Ryan Zimmerman K’d on a foul-tip strike three, swinging at a 96.5 MPH 0-2 fastball up high and inside from Miami Marlins’ southpaw Trevor Rogers with a runner on third and two out in the first inning on Sunday, in the series finale of the three-game set in Nationals Park.
Rogers started Zimmerman off with a changeup, up and in, then followed up with back-to-back fastballs, both away, and both fouled off, the second into catcher Sandy León’s mitt.
The second time up, with two on and two out in the third, Rogers, 23, started Zimmerman, 36, off with back-to-back changeups, both of which Zimmerman fouled off, falling behind, 0-2, quickly. But the lefty left the 96.7 MPH fastball he followed up with up in the zone and gave up a three-run home run that was the difference in Washington’s 3-1 win.
“He went out there the first at bat and Rogers’ fastball gets up on you a little bit, you know,” Nationals’ manager Davey Martinez said after the game. “And as we talked about, [Rogers has] a good changeup and a good slider. [Zimmerman] got caught by surprise I think the first at bat, second at bat I saw his timing was a little bit better, a little bit more on time, and he was able to get the ball out over the plate and he smoked it.”
“You just want to take back that one pitch,” Rogers said, as quoted in the Miami Herald, “but that’s the game of baseball. Sometimes it’s decided by one pitch.”
“I mean it’s a good fastball,” Zimmerman said of Rogers’ mid-90s four-seamer.
“He’s got some good stuff, he’s got a chance to be a pretty good pitcher. I think — I haven’t looked at the video, I don’t know if he tried to go up out of the strike zone kind of like he did in the first at bat. He made two really good pitches in the first at bat, he threw me a first-pitch changeup, which — it’s hard to pull the trigger on a first-pitch changeup when you’ve never seen a guy throw you a pitch before. And then he threw a really good heater, middle-in, and then an 0-2 heater right at the the top corner of the strike zone. Then the second at bat I kind of just said I wasn’t going to get beat on the heater and he threw me two decent changeups to start and yeah, I was just ready for the heater, and it’s kind of funny how sometimes on 0-2 you just simplify it and try to hit the ball hard, and sometimes those are your best swings.”
Zimmerman’s home run was his fourth in 49 plate appearances, over which the veteran in his 16th major league season has put up a .319/.347/.596 line. He’s played sparingly as the Nationals’ manager tries to get expected everyday first baseman Josh Bell going, but thus far Zimmerman, who opted out of playing in 2020’s 60-game season, has produced when called upon.
“He prepares himself really well every day,” Martinez said.
“He comes in, he makes sure he gets his swings, does a lot of different things with [Hitting Coach Kevin Long] in the cage to keep him ready. He’s always ready.
“We know Zim from playing every day, this is something new for him. But he’s taking to it really well, and like I said, the key now is to keep him sharp, and keep him ready and try to get him in there when we deem we can.

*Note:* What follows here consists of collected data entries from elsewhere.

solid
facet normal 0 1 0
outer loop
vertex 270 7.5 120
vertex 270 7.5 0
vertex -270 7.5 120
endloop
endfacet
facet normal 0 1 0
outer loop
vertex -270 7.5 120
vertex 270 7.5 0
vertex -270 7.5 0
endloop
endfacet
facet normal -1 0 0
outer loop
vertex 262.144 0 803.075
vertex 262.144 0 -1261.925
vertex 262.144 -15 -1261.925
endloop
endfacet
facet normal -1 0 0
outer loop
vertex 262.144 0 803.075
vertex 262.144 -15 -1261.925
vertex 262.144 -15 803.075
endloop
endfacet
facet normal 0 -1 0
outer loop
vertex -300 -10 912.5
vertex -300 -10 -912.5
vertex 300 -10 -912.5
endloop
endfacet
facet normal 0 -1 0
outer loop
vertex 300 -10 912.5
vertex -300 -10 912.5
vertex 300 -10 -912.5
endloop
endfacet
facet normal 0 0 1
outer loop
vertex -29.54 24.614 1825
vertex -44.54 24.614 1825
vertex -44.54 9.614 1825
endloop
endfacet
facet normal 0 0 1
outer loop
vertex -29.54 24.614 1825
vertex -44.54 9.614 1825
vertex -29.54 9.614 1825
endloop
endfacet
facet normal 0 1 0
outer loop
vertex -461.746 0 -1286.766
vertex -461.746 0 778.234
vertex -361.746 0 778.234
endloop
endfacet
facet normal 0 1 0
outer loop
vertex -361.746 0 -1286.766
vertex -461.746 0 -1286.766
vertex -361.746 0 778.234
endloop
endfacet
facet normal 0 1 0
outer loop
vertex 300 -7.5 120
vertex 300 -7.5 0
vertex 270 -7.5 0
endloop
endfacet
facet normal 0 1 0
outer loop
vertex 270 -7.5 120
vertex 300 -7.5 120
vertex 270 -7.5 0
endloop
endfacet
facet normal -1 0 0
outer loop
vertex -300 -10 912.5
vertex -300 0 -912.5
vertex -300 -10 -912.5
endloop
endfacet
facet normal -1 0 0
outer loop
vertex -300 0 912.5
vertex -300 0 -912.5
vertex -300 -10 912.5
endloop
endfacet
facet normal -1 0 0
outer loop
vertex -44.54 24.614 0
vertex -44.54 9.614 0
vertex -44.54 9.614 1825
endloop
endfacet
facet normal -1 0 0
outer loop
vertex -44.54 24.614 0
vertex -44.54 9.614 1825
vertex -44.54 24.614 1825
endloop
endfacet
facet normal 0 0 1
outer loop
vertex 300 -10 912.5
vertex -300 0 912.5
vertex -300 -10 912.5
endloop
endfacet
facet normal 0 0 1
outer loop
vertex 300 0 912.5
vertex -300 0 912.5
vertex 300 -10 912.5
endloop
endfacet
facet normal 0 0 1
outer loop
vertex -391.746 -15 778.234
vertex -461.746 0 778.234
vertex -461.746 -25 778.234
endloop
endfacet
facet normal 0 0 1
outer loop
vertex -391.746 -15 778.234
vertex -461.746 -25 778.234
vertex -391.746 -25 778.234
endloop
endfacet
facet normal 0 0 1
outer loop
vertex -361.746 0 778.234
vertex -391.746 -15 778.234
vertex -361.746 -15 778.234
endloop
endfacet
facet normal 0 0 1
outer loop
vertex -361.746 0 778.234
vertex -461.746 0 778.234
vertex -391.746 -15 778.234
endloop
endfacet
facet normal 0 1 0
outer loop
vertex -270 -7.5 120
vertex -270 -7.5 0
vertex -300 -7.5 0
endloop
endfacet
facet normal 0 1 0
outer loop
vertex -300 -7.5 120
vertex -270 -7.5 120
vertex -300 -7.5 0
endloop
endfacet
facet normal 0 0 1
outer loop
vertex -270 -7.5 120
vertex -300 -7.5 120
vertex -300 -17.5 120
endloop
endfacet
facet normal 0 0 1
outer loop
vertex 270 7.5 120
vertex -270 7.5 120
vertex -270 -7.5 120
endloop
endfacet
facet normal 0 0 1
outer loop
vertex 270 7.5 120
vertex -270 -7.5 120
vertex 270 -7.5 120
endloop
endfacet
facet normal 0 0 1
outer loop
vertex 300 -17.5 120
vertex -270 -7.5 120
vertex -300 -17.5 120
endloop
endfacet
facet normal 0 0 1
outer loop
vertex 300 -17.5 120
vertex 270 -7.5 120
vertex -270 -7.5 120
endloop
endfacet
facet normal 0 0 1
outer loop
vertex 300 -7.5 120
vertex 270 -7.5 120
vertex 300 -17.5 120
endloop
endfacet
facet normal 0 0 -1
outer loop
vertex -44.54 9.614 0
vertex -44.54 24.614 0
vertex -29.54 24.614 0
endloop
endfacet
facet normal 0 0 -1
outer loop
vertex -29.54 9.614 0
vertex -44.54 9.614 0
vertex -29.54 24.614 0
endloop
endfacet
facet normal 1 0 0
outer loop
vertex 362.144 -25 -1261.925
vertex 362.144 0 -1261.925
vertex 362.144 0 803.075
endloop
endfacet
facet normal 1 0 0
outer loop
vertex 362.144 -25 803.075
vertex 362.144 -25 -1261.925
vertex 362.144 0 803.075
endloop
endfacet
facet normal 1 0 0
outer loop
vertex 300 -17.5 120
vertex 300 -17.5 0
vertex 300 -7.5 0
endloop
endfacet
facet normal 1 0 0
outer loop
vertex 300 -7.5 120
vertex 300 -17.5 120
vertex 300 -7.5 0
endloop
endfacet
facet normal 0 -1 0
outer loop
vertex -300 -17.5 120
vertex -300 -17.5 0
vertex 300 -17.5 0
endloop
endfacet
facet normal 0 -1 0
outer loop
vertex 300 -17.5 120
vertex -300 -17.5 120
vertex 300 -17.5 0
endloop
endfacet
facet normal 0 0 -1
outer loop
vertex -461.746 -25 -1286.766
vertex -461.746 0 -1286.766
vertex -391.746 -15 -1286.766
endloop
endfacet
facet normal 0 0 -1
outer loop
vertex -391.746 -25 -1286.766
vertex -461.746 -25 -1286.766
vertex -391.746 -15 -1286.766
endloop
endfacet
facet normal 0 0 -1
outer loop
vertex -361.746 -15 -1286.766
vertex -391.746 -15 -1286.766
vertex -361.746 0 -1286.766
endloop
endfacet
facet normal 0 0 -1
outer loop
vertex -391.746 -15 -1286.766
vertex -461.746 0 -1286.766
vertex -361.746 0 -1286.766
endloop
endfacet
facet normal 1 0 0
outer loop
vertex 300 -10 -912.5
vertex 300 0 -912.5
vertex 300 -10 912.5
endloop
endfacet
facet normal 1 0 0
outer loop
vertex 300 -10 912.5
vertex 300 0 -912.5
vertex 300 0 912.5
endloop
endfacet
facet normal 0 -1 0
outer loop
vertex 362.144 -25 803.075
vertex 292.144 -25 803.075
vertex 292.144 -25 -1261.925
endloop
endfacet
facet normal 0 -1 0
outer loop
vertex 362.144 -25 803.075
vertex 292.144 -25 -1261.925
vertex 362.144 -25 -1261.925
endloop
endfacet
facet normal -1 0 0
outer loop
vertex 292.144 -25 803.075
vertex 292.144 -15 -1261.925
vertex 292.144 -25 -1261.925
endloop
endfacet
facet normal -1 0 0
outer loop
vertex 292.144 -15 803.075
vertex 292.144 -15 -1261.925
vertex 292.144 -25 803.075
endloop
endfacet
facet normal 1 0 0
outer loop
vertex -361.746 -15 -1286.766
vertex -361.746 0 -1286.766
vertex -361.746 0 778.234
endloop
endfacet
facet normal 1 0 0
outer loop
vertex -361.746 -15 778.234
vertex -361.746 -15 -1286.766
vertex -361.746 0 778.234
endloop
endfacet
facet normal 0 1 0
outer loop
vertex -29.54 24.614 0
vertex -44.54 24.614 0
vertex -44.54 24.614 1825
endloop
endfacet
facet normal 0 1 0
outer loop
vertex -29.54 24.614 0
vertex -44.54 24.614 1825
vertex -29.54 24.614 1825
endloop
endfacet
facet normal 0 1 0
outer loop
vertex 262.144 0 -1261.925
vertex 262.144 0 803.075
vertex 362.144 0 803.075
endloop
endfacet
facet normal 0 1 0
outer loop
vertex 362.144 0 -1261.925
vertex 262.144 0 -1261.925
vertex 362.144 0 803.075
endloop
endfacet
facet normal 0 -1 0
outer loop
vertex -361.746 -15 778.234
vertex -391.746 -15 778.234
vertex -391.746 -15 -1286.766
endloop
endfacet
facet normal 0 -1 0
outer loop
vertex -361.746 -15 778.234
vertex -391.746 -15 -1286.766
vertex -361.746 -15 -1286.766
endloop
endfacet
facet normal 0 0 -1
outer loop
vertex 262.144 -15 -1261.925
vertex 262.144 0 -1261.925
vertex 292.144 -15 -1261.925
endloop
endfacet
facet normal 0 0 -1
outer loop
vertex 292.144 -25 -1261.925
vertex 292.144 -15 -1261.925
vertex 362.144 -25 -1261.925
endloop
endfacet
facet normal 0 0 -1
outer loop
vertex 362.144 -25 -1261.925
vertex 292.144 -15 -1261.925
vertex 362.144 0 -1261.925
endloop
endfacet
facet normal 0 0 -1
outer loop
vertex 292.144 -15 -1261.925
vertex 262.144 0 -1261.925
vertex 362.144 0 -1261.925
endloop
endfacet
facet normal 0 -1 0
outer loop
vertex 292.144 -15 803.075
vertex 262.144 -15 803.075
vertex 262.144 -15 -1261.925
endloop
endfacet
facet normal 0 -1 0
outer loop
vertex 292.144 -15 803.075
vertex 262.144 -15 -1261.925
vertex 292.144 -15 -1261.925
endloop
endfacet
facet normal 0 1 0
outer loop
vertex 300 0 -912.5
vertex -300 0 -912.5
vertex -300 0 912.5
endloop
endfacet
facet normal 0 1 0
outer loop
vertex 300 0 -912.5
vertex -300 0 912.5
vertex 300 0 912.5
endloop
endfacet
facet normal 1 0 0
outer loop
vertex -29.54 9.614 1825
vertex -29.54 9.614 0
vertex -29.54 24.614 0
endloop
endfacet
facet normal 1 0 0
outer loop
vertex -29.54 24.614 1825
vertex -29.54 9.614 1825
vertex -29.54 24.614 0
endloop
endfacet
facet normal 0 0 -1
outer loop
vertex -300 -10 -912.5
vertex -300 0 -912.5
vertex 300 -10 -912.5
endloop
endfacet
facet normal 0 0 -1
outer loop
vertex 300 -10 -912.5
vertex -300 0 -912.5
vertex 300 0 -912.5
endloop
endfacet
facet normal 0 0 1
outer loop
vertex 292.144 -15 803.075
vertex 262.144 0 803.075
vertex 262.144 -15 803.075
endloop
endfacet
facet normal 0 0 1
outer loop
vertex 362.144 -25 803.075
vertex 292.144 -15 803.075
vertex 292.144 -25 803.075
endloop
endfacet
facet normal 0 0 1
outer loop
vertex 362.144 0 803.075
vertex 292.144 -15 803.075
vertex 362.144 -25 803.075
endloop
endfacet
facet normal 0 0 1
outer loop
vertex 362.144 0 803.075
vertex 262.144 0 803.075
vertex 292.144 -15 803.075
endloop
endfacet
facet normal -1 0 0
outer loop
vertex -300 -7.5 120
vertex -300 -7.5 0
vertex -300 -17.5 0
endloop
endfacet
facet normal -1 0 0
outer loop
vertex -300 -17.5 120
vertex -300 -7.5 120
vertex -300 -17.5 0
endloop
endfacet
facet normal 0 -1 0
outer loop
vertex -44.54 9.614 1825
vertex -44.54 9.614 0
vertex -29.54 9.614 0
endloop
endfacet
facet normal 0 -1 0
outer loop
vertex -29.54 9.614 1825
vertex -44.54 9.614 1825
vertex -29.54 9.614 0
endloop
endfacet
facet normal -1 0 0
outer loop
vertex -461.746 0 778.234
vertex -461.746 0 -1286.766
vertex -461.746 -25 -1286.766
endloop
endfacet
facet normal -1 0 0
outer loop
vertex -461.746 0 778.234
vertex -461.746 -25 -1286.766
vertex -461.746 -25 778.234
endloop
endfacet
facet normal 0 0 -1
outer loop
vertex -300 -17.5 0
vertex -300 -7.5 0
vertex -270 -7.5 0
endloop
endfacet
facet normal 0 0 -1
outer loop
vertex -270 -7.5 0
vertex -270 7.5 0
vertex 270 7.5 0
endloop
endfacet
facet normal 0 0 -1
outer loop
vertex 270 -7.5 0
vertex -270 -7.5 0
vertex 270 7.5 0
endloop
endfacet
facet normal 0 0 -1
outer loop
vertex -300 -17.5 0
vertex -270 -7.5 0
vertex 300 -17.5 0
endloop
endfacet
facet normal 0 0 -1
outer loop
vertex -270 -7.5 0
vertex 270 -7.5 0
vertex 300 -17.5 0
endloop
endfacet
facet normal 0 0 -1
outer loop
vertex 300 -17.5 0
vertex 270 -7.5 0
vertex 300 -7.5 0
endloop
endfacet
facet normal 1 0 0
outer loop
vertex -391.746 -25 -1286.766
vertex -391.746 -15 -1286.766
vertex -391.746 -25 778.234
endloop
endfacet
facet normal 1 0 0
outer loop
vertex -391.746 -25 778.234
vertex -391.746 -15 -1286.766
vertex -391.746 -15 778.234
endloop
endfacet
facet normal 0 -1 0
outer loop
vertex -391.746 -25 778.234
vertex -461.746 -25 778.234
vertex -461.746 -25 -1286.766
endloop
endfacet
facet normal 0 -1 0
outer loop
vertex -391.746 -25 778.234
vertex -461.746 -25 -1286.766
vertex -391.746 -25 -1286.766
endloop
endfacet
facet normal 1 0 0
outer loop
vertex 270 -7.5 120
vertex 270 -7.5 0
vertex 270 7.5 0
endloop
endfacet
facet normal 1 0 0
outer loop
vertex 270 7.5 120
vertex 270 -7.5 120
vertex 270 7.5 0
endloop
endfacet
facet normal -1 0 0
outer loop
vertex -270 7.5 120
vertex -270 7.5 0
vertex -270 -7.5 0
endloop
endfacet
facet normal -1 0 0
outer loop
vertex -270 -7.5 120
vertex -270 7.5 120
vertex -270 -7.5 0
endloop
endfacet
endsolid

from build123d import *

# Parameters (mm, degrees)
F1_DEPTH  = 120
F2_W      = 70
F2_H      = 2065
F3_DEPTH  = 25
F2_W_2    = 30
F4_DEPTH  = 15
F5_W      = 70
F5_H      = 2065
F6_DEPTH  = 25
F5_W_2    = 30
F7_DEPTH  = 15
F8_W      = 600
F8_H      = 1825
F9_DEPTH  = 10
F10_W     = 15
F10_H     = 15
F11_DEPTH = 1825


with BuildPart() as f1:
    # F0 (on Top) → F1 (new body)
    with BuildSketch(Plane.XY):
        Polygon((270, 7.5), (-270, 7.5), (-270, -7.5), (-300, -7.5), (-300, -17.5), (300, -17.5), (300, -7.5), (270, -7.5), align=None)
    extrude(amount=F1_DEPTH)


with BuildPart() as f3:
    # F2 (on Front) → F3 (new body)
    with BuildSketch(Plane.XZ):
        with Locations((-426.7459588306, -254.2664706707)):
            Rectangle(F2_W, F2_H)
    extrude(amount=F3_DEPTH)

    # F2 (on Front) → F4 (join)
    with BuildSketch(Plane.XZ):
        with Locations((-376.7459588306, -254.2664706707)):
            Rectangle(F2_W_2, F2_H)
    extrude(amount=F4_DEPTH)


with BuildPart() as f6:
    # F5 (on Front) → F6 (new body)
    with BuildSketch(Plane.XZ):
        with Locations((327.1437698603, -229.4254589081)):
            Rectangle(F5_W, F5_H)
    extrude(amount=F6_DEPTH)

    # F5 (on Front) → F7 (join)
    with BuildSketch(Plane.XZ):
        with Locations((277.1437698603, -229.4254589081)):
            Rectangle(F5_W_2, F5_H)
    extrude(amount=F7_DEPTH)


with BuildPart() as f9:
    # F8 (on Front) → F9 (new body)
    with BuildSketch(Plane.XZ):
        Rectangle(F8_W, F8_H)
    extrude(amount=F9_DEPTH)


with BuildPart() as f11:
    # F10 (on Top) → F11 (new body)
    with BuildSketch(Plane.XY):
        with Locations((-37.039745599, 17.1142700847)):
            Rectangle(F10_W, F10_H)
    extrude(amount=F11_DEPTH)


solid = Compound([f1.part, f3.part, f6.part, f9.part, f11.part])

“We’re doing the best we can with that and he understands the situation, but he’s ready, which is also awesome. We had another guy like that as you guys all know, with Howie [Kendrick].
“As much as I want to play these guys every day, we’ve got to keep an eye on them. We got to keep them fresh, and like I said, we’ve got Josh Bell here now, who’s started to swing the bat a lot better since he came off the IL, and we’ve got to get him going too, and keep him fresh.”
Zimmerman, even after stepping away from the game last summer, has stepped back in to help the only team he’s known as a professional. And on the field and in the clubhouse, the Nationals are happy to have him back.
“He’s been great,” Martinez added. “Like I said before, he understands his role. When he gets an opportunity to play he’s playing really well. We’ve got to keep him fresh, he understands that, and I’m going to get him opportunities to play when I can. We’ve got two really good first basemen here, so just getting him at bats and keeping him consistent helps him, and like I said, the biggest thing is to keep him healthy for the duration of the year.”